==== Stored data ====
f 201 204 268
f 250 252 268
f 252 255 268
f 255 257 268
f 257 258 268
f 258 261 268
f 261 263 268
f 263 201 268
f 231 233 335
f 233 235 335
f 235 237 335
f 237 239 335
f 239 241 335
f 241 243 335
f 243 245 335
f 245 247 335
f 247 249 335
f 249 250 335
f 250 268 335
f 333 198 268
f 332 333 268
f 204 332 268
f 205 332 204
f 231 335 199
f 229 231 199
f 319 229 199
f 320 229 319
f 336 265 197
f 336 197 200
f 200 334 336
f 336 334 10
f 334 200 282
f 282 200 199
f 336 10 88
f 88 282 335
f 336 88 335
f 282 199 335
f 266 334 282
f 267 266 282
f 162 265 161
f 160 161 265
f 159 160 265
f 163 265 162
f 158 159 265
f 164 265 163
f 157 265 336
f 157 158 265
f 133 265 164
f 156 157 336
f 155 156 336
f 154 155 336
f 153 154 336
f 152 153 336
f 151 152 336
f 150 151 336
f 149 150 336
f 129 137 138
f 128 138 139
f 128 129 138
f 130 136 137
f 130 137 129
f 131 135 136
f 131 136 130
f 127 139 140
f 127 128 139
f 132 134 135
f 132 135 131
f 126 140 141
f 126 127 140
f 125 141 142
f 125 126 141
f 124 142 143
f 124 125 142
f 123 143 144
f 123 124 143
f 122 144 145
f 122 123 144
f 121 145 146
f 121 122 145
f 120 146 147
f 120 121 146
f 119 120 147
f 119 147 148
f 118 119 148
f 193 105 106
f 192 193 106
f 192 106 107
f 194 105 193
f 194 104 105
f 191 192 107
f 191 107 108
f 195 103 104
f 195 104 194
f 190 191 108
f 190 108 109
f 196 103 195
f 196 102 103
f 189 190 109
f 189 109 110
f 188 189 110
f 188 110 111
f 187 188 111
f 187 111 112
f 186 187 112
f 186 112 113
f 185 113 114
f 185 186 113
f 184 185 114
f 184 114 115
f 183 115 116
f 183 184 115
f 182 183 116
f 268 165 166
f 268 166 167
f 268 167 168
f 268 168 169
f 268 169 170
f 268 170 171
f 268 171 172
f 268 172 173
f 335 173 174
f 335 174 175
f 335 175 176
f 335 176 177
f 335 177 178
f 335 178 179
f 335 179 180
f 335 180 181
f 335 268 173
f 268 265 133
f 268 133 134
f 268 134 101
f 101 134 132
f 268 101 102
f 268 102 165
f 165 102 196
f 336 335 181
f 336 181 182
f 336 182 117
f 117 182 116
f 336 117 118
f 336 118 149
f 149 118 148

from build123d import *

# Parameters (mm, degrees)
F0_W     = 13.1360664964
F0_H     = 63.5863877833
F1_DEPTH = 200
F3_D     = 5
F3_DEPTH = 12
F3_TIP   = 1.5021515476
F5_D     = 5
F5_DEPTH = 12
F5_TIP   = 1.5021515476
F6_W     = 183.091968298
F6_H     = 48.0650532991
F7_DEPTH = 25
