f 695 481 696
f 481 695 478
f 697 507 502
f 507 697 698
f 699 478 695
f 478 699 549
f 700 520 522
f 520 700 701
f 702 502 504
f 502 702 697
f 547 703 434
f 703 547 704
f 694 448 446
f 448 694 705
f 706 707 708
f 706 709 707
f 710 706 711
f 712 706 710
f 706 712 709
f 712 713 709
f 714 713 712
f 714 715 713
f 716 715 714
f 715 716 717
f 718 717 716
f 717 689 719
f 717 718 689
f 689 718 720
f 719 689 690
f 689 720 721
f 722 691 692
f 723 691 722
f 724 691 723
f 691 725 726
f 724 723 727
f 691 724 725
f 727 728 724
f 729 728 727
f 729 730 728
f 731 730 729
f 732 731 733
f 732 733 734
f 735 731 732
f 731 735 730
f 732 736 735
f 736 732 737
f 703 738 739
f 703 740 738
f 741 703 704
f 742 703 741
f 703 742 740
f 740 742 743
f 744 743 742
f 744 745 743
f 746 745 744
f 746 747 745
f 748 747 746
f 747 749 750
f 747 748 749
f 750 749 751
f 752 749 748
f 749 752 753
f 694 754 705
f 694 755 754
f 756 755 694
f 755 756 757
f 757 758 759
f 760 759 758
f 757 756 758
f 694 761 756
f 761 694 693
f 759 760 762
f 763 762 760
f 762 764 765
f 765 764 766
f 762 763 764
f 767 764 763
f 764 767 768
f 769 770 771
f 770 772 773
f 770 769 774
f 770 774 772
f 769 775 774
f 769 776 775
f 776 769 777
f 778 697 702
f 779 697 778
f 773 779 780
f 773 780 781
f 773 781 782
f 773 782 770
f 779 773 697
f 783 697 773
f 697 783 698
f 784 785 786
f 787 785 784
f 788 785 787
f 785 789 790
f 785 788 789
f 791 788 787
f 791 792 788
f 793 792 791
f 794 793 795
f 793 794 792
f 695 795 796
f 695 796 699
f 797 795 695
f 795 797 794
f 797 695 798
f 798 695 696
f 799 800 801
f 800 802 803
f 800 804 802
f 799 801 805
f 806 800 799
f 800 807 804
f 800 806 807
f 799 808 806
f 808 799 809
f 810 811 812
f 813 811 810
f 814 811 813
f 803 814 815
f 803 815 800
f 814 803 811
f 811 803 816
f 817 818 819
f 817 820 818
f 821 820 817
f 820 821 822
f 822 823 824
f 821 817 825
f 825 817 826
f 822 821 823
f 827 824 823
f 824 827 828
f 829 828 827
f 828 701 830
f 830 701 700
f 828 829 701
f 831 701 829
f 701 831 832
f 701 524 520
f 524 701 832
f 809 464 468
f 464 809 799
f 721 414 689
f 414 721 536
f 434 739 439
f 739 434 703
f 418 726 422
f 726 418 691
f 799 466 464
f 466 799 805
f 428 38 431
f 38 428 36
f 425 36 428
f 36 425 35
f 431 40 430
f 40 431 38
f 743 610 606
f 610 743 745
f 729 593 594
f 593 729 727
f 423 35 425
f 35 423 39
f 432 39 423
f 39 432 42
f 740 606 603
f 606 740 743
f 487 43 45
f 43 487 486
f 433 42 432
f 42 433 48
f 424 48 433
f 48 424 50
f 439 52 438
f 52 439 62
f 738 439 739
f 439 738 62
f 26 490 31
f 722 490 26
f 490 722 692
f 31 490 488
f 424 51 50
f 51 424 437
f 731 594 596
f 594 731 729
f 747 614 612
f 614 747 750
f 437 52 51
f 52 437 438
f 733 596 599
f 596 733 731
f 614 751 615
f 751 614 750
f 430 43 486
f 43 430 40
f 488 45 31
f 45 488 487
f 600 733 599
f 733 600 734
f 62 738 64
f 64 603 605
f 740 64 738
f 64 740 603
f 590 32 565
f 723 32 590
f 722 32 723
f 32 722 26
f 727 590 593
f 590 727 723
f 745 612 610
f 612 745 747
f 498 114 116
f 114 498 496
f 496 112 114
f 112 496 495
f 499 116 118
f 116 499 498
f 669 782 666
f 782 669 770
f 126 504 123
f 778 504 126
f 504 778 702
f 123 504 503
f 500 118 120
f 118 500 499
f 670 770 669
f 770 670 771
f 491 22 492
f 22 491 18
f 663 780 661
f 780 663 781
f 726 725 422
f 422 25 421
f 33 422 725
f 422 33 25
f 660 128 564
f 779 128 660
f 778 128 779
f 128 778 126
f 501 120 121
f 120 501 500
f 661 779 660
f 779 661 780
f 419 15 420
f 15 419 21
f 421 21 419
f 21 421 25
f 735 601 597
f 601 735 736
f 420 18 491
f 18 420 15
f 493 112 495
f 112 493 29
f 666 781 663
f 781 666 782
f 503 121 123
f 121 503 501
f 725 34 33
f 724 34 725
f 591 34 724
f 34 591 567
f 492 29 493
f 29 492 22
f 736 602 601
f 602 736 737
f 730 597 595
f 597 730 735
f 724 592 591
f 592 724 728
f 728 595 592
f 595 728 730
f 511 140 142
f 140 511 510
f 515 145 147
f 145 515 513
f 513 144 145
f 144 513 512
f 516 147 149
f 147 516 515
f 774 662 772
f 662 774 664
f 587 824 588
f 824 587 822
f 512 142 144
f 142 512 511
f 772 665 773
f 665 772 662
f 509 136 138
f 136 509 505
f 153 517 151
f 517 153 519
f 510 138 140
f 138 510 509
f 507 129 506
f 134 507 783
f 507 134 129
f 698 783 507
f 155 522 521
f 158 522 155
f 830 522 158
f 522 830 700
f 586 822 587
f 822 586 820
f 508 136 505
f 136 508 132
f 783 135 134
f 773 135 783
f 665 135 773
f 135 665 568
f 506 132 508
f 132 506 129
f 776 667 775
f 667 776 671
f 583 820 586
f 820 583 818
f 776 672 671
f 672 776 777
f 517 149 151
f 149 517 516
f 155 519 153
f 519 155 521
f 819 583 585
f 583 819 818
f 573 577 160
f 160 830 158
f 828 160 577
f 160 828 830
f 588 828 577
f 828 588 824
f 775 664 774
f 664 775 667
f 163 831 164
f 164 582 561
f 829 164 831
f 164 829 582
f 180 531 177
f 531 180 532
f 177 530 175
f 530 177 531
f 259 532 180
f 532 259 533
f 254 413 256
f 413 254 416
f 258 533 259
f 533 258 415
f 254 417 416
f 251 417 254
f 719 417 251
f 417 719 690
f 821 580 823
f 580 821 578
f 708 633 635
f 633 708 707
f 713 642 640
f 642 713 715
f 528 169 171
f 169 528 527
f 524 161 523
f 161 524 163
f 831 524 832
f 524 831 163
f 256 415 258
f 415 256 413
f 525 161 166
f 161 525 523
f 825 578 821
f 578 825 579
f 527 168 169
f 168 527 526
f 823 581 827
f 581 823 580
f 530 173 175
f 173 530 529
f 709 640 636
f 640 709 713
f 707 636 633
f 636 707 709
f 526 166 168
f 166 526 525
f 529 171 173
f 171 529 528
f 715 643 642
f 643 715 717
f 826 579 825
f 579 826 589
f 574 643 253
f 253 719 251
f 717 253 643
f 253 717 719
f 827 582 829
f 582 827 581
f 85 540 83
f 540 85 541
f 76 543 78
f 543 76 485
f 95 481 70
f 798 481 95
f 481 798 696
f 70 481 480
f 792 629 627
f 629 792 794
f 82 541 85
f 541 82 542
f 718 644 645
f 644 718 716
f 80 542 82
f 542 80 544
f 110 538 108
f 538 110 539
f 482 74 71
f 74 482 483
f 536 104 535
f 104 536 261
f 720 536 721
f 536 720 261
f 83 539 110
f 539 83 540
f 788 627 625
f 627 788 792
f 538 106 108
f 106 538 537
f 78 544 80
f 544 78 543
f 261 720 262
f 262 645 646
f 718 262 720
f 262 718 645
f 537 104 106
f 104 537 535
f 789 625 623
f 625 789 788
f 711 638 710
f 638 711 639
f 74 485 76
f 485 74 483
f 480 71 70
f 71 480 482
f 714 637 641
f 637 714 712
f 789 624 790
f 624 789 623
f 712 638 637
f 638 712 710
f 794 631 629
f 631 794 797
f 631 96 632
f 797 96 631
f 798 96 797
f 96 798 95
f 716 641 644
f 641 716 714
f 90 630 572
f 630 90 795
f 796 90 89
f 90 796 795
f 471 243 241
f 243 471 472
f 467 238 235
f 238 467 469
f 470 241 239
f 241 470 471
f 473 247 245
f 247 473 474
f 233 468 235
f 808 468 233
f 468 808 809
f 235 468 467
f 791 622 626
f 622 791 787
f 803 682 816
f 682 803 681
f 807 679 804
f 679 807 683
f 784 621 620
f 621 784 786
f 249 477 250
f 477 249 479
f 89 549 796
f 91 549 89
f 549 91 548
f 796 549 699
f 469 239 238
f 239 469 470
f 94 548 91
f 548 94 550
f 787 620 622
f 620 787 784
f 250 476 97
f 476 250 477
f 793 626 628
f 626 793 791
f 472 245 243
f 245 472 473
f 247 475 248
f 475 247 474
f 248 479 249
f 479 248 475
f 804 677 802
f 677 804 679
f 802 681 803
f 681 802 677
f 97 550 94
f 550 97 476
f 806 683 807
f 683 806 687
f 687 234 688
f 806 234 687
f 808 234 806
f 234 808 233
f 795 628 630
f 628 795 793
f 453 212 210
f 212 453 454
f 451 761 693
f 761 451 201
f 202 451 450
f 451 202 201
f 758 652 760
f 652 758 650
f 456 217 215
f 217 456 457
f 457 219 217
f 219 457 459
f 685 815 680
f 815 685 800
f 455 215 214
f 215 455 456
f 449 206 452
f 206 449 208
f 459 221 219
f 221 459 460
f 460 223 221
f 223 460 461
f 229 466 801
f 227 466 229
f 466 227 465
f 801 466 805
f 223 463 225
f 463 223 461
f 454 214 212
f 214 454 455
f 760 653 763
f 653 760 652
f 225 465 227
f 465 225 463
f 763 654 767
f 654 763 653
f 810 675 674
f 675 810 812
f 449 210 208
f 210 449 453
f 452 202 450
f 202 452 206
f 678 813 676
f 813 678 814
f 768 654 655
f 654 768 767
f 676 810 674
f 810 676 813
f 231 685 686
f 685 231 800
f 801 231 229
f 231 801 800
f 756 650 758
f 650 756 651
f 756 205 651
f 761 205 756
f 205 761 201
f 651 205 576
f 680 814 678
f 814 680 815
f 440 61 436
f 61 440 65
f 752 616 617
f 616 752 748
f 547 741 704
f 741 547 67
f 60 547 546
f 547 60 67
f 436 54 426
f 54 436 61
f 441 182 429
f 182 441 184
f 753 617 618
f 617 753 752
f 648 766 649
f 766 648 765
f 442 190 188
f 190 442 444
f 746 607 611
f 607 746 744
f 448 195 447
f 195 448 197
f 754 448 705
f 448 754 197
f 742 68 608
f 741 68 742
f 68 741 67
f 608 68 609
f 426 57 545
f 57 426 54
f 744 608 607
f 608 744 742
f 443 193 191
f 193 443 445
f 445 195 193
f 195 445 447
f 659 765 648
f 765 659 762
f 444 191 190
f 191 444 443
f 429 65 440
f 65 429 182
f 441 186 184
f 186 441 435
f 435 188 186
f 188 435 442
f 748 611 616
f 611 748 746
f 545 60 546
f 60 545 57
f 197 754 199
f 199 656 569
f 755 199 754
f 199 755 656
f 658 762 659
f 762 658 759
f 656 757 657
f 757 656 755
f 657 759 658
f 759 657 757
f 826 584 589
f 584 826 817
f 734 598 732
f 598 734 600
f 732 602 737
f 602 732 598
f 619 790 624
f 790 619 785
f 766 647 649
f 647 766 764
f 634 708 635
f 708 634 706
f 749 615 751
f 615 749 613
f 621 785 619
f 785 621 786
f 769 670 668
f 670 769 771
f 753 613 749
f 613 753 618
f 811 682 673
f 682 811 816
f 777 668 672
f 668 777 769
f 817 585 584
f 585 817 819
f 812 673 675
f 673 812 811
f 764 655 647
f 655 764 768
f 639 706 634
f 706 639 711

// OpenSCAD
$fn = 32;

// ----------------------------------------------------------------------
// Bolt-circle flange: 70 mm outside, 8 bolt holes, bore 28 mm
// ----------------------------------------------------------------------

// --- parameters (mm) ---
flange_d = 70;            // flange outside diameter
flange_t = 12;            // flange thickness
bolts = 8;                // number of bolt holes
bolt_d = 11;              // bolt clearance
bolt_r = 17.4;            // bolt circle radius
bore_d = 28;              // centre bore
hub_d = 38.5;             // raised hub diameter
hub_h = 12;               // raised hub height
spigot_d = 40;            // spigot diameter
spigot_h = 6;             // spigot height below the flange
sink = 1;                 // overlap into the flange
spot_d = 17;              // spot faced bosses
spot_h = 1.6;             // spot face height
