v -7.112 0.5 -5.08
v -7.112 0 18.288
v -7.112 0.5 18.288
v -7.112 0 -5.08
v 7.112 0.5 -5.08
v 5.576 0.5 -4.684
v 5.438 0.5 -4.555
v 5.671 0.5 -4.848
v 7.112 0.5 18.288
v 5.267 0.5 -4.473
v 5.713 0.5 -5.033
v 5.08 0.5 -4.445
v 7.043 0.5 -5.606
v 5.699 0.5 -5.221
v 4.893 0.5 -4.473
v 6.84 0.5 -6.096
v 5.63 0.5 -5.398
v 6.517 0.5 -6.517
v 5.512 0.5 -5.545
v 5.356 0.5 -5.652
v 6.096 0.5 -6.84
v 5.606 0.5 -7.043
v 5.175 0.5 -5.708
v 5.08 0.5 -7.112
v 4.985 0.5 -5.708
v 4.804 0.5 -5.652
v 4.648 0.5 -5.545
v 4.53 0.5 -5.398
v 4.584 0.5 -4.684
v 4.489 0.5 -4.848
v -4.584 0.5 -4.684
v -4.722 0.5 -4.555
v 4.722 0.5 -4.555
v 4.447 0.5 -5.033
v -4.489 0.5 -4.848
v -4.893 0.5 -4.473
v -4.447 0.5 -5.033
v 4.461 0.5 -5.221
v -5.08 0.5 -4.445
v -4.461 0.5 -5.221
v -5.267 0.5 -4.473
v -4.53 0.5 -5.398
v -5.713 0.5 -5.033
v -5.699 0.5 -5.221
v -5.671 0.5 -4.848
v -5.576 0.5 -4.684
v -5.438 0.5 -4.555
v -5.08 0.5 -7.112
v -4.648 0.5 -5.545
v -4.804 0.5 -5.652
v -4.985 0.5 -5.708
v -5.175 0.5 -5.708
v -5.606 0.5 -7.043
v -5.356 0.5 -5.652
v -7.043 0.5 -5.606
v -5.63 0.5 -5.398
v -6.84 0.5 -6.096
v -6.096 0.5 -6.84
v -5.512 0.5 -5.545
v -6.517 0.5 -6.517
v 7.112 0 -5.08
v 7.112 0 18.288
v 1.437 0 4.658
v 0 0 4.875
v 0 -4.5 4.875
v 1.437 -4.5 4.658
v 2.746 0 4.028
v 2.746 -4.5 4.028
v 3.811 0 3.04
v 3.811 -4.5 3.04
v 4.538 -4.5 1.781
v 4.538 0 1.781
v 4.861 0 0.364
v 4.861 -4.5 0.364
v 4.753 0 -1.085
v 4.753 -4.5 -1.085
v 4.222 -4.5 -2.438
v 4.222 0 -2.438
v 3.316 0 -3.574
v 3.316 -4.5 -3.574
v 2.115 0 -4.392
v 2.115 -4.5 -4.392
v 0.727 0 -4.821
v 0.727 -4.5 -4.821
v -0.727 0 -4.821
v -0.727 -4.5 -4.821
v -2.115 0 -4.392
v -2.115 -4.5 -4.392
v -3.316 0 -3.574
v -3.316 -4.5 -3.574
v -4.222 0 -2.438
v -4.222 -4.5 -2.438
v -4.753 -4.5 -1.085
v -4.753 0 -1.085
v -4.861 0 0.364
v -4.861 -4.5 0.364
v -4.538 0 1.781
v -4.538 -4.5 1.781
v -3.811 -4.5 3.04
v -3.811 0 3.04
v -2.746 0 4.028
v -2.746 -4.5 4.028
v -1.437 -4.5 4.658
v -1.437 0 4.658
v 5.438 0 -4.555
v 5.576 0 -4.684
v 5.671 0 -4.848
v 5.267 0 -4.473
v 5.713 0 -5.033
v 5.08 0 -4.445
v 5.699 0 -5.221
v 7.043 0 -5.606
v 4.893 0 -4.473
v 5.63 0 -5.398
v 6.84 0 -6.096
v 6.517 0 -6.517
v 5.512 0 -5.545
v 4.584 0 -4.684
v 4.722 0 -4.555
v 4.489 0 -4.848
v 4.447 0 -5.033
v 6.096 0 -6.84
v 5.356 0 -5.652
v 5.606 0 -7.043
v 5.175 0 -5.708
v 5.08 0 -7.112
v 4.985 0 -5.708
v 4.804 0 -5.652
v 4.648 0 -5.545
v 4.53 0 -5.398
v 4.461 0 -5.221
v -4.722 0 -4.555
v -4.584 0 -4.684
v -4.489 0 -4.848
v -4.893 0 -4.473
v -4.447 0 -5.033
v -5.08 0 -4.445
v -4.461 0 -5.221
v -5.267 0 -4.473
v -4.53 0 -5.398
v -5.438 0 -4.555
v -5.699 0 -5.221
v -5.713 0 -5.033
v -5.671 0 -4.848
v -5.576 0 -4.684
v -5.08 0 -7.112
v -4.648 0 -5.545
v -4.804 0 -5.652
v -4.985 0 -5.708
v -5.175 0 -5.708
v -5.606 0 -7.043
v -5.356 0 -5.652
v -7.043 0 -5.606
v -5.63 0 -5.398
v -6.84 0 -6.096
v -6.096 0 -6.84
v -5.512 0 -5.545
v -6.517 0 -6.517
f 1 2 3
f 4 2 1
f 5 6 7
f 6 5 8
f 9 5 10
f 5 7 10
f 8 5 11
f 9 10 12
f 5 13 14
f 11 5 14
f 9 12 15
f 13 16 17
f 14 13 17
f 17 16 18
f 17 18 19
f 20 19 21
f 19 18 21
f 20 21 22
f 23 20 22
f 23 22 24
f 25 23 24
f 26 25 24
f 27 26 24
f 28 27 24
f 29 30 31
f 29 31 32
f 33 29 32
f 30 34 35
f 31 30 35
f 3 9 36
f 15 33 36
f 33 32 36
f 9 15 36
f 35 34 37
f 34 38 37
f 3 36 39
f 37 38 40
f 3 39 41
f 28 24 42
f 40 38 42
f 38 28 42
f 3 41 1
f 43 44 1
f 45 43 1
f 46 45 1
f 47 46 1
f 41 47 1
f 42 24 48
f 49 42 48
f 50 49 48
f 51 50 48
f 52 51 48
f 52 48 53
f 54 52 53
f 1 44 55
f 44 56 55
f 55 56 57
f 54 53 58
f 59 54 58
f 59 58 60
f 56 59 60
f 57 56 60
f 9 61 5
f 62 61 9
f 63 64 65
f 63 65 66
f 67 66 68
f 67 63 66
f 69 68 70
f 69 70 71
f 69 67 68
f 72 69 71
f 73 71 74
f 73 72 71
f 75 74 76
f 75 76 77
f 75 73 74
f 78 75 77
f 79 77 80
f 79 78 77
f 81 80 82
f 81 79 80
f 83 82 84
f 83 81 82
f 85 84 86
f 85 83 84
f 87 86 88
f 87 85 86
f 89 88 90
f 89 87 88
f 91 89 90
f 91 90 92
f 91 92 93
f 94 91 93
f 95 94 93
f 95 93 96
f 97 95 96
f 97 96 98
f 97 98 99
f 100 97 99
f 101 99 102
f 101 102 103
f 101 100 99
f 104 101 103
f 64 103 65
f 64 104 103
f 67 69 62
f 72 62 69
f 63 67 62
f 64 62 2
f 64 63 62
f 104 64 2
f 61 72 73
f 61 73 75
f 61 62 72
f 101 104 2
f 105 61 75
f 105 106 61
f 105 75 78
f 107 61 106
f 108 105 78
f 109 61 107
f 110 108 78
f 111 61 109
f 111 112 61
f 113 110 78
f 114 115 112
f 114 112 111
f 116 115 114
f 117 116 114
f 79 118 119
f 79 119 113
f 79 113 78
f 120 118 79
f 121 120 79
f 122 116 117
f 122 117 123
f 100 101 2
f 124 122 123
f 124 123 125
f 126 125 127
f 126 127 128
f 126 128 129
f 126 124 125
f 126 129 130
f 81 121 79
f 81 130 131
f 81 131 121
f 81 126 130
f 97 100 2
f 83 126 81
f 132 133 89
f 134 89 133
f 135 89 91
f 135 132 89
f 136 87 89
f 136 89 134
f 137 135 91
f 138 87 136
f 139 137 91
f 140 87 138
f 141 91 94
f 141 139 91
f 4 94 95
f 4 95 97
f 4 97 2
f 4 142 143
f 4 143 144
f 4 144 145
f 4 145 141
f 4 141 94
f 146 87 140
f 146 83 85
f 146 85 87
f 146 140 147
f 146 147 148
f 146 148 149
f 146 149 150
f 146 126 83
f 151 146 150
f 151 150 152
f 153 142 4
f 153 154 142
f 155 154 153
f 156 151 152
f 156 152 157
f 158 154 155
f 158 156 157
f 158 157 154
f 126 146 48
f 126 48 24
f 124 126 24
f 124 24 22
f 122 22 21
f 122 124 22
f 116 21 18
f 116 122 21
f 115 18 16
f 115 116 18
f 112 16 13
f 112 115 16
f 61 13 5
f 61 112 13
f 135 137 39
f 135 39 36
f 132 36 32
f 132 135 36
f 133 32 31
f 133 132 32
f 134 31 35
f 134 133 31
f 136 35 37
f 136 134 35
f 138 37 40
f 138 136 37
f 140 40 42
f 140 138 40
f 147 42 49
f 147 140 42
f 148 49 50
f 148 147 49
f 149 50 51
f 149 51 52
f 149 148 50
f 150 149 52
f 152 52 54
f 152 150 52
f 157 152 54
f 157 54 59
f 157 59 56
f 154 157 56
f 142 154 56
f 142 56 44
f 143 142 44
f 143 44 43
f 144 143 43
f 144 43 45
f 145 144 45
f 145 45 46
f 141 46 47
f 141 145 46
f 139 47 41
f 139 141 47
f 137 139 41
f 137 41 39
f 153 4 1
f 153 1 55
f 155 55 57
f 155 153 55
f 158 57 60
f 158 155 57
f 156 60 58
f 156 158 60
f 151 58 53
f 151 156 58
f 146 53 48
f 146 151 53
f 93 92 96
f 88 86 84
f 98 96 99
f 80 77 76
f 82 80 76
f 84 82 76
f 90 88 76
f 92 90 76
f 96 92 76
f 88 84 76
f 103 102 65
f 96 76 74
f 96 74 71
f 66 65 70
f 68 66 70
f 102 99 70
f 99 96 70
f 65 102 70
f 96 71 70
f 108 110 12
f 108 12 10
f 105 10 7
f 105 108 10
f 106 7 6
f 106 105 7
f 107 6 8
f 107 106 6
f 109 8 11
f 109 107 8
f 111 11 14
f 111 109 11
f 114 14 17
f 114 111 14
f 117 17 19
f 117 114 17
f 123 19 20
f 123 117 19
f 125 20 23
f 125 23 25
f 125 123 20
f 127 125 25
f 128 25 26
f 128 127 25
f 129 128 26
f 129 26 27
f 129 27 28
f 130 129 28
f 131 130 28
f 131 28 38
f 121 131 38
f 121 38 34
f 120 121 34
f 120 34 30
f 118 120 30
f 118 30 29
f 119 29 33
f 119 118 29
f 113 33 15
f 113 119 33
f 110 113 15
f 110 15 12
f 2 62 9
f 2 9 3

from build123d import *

# Parameters (mm, degrees)
SKETCH1_R           = 0.635
BOSS_EXTRUDE1_DEPTH = 0.5
SKETCH2_R           = 4.875
BOSS_EXTRUDE2_DEPTH = 4.5


with BuildPart() as part:
    # Sketch1 → Boss-Extrude1 (new body)
    with BuildSketch(Plane(origin=(0, 0, 0), x_dir=(1, 0, 0), z_dir=(0, 1, 0))):
        with BuildLine():
            Line((-5.08, 7.112), (5.08, 7.112))
            ThreePointArc((5.08, 7.112), (6.516840979, 6.516840979), (7.112, 5.08))
            Line((7.112, 5.08), (7.112, -18.288))
            Line((7.112, -18.288), (-7.112, -18.288))
            Line((-7.112, -18.288), (-7.112, 5.08))
            ThreePointArc((-7.112, 5.08), (-6.516840979, 6.516840979), (-5.08, 7.112))
        make_face()
        with Locations(Location((5.08, 5.08, 0), (0, 0, 270))):
            Circle(SKETCH1_R, mode=Mode.SUBTRACT)
        with Locations(Location((-5.08, 5.08, 0), (0, 0, 270))):
            Circle(SKETCH1_R, mode=Mode.SUBTRACT)
    extrude(amount=BOSS_EXTRUDE1_DEPTH)

    # Sketch2 → Boss-Extrude2 (add)
    with BuildSketch(Plane(origin=(0, 0, 0), x_dir=(1, 0, 0), z_dir=(0, 1, 0))):
        with Locations(Location((0, 0, 0), (0, 0, 270))):
            Circle(SKETCH2_R)
    extrude(amount=-BOSS_EXTRUDE2_DEPTH)


solid = part.part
====
Each line above from the one with "f 578 825 579" up to and including the one with "f 480 71 70" must be set down exactly, and no line outside that span may appear.

== Written solution ==
f 578 825 579
f 527 168 169
f 168 527 526
f 823 581 827
f 581 823 580
f 530 173 175
f 173 530 529
f 709 640 636
f 640 709 713
f 707 636 633
f 636 707 709
f 526 166 168
f 166 526 525
f 529 171 173
f 171 529 528
f 715 643 642
f 643 715 717
f 826 579 825
f 579 826 589
f 574 643 253
f 253 719 251
f 717 253 643
f 253 717 719
f 827 582 829
f 582 827 581
f 85 540 83
f 540 85 541
f 76 543 78
f 543 76 485
f 95 481 70
f 798 481 95
f 481 798 696
f 70 481 480
f 792 629 627
f 629 792 794
f 82 541 85
f 541 82 542
f 718 644 645
f 644 718 716
f 80 542 82
f 542 80 544
f 110 538 108
f 538 110 539
f 482 74 71
f 74 482 483
f 536 104 535
f 104 536 261
f 720 536 721
f 536 720 261
f 83 539 110
f 539 83 540
f 788 627 625
f 627 788 792
f 538 106 108
f 106 538 537
f 78 544 80
f 544 78 543
f 261 720 262
f 262 645 646
f 718 262 720
f 262 718 645
f 537 104 106
f 104 537 535
f 789 625 623
f 625 789 788
f 711 638 710
f 638 711 639
f 74 485 76
f 485 74 483
f 480 71 70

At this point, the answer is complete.